-------- AVAILABLE DATA
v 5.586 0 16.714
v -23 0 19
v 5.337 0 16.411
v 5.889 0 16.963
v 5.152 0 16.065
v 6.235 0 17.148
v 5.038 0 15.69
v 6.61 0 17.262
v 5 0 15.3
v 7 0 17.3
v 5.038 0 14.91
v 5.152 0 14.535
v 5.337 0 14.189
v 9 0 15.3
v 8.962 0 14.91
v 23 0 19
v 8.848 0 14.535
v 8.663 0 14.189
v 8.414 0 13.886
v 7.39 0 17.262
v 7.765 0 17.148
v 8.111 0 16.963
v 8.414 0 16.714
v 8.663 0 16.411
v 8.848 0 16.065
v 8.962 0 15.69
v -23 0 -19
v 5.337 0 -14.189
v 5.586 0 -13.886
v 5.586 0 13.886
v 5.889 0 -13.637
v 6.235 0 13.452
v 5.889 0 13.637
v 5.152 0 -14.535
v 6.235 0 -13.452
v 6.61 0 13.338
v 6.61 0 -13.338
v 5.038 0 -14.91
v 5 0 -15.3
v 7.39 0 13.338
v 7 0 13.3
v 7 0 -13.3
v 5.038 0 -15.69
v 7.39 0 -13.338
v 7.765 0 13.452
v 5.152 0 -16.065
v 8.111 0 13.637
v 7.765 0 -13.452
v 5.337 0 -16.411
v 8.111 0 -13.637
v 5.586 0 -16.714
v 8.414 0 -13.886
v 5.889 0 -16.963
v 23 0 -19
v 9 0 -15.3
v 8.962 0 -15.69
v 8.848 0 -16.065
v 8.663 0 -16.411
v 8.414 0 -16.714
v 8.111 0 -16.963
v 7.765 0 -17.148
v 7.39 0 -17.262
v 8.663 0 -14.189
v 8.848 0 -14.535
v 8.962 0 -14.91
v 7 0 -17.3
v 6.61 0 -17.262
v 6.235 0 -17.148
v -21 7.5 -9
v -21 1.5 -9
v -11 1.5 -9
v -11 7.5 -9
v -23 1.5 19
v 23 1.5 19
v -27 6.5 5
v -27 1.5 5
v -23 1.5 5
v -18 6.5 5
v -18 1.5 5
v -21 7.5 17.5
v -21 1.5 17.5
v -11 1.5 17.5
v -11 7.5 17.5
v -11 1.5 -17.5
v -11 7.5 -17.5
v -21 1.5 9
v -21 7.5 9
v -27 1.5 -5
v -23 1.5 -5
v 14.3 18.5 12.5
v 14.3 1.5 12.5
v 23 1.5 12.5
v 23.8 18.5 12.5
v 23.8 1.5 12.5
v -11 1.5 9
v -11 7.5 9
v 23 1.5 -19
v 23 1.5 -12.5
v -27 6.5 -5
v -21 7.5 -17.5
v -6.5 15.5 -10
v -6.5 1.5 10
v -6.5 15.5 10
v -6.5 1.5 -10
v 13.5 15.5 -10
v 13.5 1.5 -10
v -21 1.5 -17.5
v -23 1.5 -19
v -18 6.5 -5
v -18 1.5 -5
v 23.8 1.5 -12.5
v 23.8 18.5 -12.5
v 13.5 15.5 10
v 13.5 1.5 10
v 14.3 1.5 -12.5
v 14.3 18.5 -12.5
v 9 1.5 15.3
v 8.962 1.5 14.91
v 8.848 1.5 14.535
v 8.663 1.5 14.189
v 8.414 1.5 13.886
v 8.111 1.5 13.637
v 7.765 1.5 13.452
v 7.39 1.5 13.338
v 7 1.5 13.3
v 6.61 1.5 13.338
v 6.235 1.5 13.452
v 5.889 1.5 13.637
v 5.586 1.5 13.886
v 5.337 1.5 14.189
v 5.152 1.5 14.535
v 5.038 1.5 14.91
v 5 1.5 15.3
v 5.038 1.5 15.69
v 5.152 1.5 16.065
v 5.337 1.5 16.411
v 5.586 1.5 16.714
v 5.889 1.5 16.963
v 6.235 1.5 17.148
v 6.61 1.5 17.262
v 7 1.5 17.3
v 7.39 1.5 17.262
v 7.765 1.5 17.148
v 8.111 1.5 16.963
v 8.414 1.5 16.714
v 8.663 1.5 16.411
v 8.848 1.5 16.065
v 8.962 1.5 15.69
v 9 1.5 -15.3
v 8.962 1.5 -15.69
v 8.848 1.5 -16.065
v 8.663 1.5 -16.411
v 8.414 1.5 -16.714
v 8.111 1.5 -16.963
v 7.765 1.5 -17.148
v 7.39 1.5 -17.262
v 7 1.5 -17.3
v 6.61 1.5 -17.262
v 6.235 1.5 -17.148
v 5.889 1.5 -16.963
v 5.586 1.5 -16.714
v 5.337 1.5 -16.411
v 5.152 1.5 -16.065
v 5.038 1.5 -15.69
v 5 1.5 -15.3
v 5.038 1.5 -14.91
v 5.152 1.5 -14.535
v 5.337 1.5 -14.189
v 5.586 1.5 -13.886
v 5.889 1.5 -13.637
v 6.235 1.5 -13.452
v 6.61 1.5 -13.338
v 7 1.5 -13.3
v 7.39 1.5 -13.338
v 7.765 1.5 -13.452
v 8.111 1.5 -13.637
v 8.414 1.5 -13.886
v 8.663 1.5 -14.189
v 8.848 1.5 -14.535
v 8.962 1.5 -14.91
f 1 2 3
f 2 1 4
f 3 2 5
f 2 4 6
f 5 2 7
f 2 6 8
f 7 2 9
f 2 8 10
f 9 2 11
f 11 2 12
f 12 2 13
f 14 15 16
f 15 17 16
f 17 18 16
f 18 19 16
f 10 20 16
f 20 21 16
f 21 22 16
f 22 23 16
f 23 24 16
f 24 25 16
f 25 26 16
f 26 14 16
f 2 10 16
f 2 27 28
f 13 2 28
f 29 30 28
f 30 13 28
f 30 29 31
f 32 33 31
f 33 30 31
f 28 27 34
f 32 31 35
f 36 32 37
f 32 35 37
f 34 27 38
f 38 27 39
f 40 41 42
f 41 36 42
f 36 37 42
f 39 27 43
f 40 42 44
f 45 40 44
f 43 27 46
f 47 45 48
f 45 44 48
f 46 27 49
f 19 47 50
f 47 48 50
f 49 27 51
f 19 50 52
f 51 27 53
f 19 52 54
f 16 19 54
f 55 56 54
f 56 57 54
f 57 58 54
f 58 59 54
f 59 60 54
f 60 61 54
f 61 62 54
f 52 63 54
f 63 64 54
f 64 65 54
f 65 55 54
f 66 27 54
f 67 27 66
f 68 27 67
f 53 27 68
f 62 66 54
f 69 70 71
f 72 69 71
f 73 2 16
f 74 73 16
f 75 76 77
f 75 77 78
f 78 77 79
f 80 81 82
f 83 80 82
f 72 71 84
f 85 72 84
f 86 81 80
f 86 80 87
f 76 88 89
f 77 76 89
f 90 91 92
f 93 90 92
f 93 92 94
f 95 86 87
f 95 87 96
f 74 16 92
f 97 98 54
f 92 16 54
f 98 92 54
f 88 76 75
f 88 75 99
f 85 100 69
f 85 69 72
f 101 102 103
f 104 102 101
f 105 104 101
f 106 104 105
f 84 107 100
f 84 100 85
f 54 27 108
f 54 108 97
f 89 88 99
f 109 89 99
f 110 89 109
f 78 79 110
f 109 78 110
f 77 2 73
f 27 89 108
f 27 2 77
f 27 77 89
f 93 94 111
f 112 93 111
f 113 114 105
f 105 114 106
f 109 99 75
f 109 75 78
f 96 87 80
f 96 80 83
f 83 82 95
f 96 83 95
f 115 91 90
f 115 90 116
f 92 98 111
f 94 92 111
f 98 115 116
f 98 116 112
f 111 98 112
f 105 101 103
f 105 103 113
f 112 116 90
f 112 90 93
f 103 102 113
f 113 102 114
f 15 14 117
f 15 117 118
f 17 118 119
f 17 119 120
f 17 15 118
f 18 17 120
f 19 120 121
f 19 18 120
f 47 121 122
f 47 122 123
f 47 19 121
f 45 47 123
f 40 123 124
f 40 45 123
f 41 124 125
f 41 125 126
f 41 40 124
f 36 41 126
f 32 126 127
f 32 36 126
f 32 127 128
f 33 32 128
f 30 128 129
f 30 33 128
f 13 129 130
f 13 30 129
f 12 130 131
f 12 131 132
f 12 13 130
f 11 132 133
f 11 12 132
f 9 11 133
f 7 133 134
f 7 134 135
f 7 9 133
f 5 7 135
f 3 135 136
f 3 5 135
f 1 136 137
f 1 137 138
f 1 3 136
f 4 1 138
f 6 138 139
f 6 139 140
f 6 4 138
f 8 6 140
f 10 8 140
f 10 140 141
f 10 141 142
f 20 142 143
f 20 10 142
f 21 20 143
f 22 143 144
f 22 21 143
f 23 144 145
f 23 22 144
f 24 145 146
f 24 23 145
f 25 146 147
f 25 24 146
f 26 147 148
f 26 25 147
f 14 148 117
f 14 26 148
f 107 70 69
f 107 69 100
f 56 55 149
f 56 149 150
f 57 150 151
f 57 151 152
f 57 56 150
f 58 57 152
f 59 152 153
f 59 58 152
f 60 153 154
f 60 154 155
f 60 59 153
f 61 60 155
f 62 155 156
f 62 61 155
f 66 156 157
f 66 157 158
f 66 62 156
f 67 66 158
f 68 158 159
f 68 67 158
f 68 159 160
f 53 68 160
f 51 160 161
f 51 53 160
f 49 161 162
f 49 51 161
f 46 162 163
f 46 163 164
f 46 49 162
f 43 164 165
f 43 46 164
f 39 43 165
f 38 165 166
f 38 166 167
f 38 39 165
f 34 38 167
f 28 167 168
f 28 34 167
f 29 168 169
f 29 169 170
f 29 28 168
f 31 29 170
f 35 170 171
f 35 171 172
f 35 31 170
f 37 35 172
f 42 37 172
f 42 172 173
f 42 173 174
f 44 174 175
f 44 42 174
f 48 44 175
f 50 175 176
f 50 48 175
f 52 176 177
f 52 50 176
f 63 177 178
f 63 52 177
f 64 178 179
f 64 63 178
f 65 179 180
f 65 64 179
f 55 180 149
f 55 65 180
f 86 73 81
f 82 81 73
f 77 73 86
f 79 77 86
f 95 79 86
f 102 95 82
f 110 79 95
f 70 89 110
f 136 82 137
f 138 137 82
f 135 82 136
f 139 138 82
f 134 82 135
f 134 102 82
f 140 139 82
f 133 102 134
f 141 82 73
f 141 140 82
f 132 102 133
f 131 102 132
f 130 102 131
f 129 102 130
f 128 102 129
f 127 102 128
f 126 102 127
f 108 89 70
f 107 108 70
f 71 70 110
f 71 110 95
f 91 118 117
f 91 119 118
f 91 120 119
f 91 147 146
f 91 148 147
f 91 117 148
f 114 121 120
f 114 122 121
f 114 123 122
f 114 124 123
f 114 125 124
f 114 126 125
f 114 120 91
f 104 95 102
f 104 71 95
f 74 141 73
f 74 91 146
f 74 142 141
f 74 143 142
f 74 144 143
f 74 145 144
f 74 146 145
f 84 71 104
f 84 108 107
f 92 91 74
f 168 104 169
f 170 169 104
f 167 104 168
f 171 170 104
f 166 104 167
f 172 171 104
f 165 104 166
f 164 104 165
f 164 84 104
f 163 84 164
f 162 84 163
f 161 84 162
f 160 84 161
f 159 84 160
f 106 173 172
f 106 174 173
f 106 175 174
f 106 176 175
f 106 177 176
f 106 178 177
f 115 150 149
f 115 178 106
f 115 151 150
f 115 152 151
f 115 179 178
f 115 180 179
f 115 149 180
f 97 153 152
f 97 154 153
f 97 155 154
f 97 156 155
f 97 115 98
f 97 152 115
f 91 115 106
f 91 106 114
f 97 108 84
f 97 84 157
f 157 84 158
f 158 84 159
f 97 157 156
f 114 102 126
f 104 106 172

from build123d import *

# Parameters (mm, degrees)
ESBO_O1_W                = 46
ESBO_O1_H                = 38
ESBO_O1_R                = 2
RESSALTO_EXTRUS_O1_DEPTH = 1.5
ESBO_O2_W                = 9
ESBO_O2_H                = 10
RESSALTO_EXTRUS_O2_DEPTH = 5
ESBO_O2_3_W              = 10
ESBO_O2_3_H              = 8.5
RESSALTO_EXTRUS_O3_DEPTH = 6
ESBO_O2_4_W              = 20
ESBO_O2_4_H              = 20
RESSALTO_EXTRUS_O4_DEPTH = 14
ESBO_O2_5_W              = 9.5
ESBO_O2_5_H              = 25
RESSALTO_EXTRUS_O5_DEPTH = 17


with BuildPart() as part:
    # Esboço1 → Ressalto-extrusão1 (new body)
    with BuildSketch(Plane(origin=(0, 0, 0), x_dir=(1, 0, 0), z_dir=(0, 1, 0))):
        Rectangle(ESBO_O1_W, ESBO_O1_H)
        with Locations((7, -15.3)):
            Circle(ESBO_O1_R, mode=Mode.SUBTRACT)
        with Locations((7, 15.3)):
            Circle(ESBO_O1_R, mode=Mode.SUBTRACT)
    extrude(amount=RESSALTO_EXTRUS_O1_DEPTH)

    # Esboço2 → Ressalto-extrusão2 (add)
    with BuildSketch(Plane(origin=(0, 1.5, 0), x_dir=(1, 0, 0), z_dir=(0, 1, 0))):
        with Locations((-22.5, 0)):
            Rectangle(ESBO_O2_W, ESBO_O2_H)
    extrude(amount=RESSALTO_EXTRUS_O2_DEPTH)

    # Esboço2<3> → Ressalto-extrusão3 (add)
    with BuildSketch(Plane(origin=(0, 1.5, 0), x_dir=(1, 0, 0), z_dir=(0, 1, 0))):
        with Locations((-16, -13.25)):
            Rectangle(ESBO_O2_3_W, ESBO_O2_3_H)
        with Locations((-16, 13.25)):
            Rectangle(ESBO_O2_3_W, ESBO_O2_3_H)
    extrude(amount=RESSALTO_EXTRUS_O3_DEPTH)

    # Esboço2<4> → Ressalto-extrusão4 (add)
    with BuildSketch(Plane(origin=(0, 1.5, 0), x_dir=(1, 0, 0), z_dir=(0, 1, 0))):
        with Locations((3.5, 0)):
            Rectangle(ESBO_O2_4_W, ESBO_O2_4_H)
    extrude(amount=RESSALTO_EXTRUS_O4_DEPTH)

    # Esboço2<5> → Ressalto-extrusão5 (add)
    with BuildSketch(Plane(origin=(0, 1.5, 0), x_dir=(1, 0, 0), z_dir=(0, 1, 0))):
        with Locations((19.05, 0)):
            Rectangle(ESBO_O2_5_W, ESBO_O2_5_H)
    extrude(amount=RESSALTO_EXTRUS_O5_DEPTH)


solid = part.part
----------------
Go back to the listing above. Copy word for word the lines from the one with "v 5.152 1.5 14.535" through the one with "f 92 98 111", and nothing more.

EXPECTED ANSWER:
v 5.152 1.5 14.535
v 5.038 1.5 14.91
v 5 1.5 15.3
v 5.038 1.5 15.69
v 5.152 1.5 16.065
v 5.337 1.5 16.411
v 5.586 1.5 16.714
v 5.889 1.5 16.963
v 6.235 1.5 17.148
v 6.61 1.5 17.262
v 7 1.5 17.3
v 7.39 1.5 17.262
v 7.765 1.5 17.148
v 8.111 1.5 16.963
v 8.414 1.5 16.714
v 8.663 1.5 16.411
v 8.848 1.5 16.065
v 8.962 1.5 15.69
v 9 1.5 -15.3
v 8.962 1.5 -15.69
v 8.848 1.5 -16.065
v 8.663 1.5 -16.411
v 8.414 1.5 -16.714
v 8.111 1.5 -16.963
v 7.765 1.5 -17.148
v 7.39 1.5 -17.262
v 7 1.5 -17.3
v 6.61 1.5 -17.262
v 6.235 1.5 -17.148
v 5.889 1.5 -16.963
v 5.586 1.5 -16.714
v 5.337 1.5 -16.411
v 5.152 1.5 -16.065
v 5.038 1.5 -15.69
v 5 1.5 -15.3
v 5.038 1.5 -14.91
v 5.152 1.5 -14.535
v 5.337 1.5 -14.189
v 5.586 1.5 -13.886
v 5.889 1.5 -13.637
v 6.235 1.5 -13.452
v 6.61 1.5 -13.338
v 7 1.5 -13.3
v 7.39 1.5 -13.338
v 7.765 1.5 -13.452
v 8.111 1.5 -13.637
v 8.414 1.5 -13.886
v 8.663 1.5 -14.189
v 8.848 1.5 -14.535
v 8.962 1.5 -14.91
f 1 2 3
f 2 1 4
f 3 2 5
f 2 4 6
f 5 2 7
f 2 6 8
f 7 2 9
f 2 8 10
f 9 2 11
f 11 2 12
f 12 2 13
f 14 15 16
f 15 17 16
f 17 18 16
f 18 19 16
f 10 20 16
f 20 21 16
f 21 22 16
f 22 23 16
f 23 24 16
f 24 25 16
f 25 26 16
f 26 14 16
f 2 10 16
f 2 27 28
f 13 2 28
f 29 30 28
f 30 13 28
f 30 29 31
f 32 33 31
f 33 30 31
f 28 27 34
f 32 31 35
f 36 32 37
f 32 35 37
f 34 27 38
f 38 27 39
f 40 41 42
f 41 36 42
f 36 37 42
f 39 27 43
f 40 42 44
f 45 40 44
f 43 27 46
f 47 45 48
f 45 44 48
f 46 27 49
f 19 47 50
f 47 48 50
f 49 27 51
f 19 50 52
f 51 27 53
f 19 52 54
f 16 19 54
f 55 56 54
f 56 57 54
f 57 58 54
f 58 59 54
f 59 60 54
f 60 61 54
f 61 62 54
f 52 63 54
f 63 64 54
f 64 65 54
f 65 55 54
f 66 27 54
f 67 27 66
f 68 27 67
f 53 27 68
f 62 66 54
f 69 70 71
f 72 69 71
f 73 2 16
f 74 73 16
f 75 76 77
f 75 77 78
f 78 77 79
f 80 81 82
f 83 80 82
f 72 71 84
f 85 72 84
f 86 81 80
f 86 80 87
f 76 88 89
f 77 76 89
f 90 91 92
f 93 90 92
f 93 92 94
f 95 86 87
f 95 87 96
f 74 16 92
f 97 98 54
f 92 16 54
f 98 92 54
f 88 76 75
f 88 75 99
f 85 100 69
f 85 69 72
f 101 102 103
f 104 102 101
f 105 104 101
f 106 104 105
f 84 107 100
f 84 100 85
f 54 27 108
f 54 108 97
f 89 88 99
f 109 89 99
f 110 89 109
f 78 79 110
f 109 78 110
f 77 2 73
f 27 89 108
f 27 2 77
f 27 77 89
f 93 94 111
f 112 93 111
f 113 114 105
f 105 114 106
f 109 99 75
f 109 75 78
f 96 87 80
f 96 80 83
f 83 82 95
f 96 83 95
f 115 91 90
f 115 90 116
f 92 98 111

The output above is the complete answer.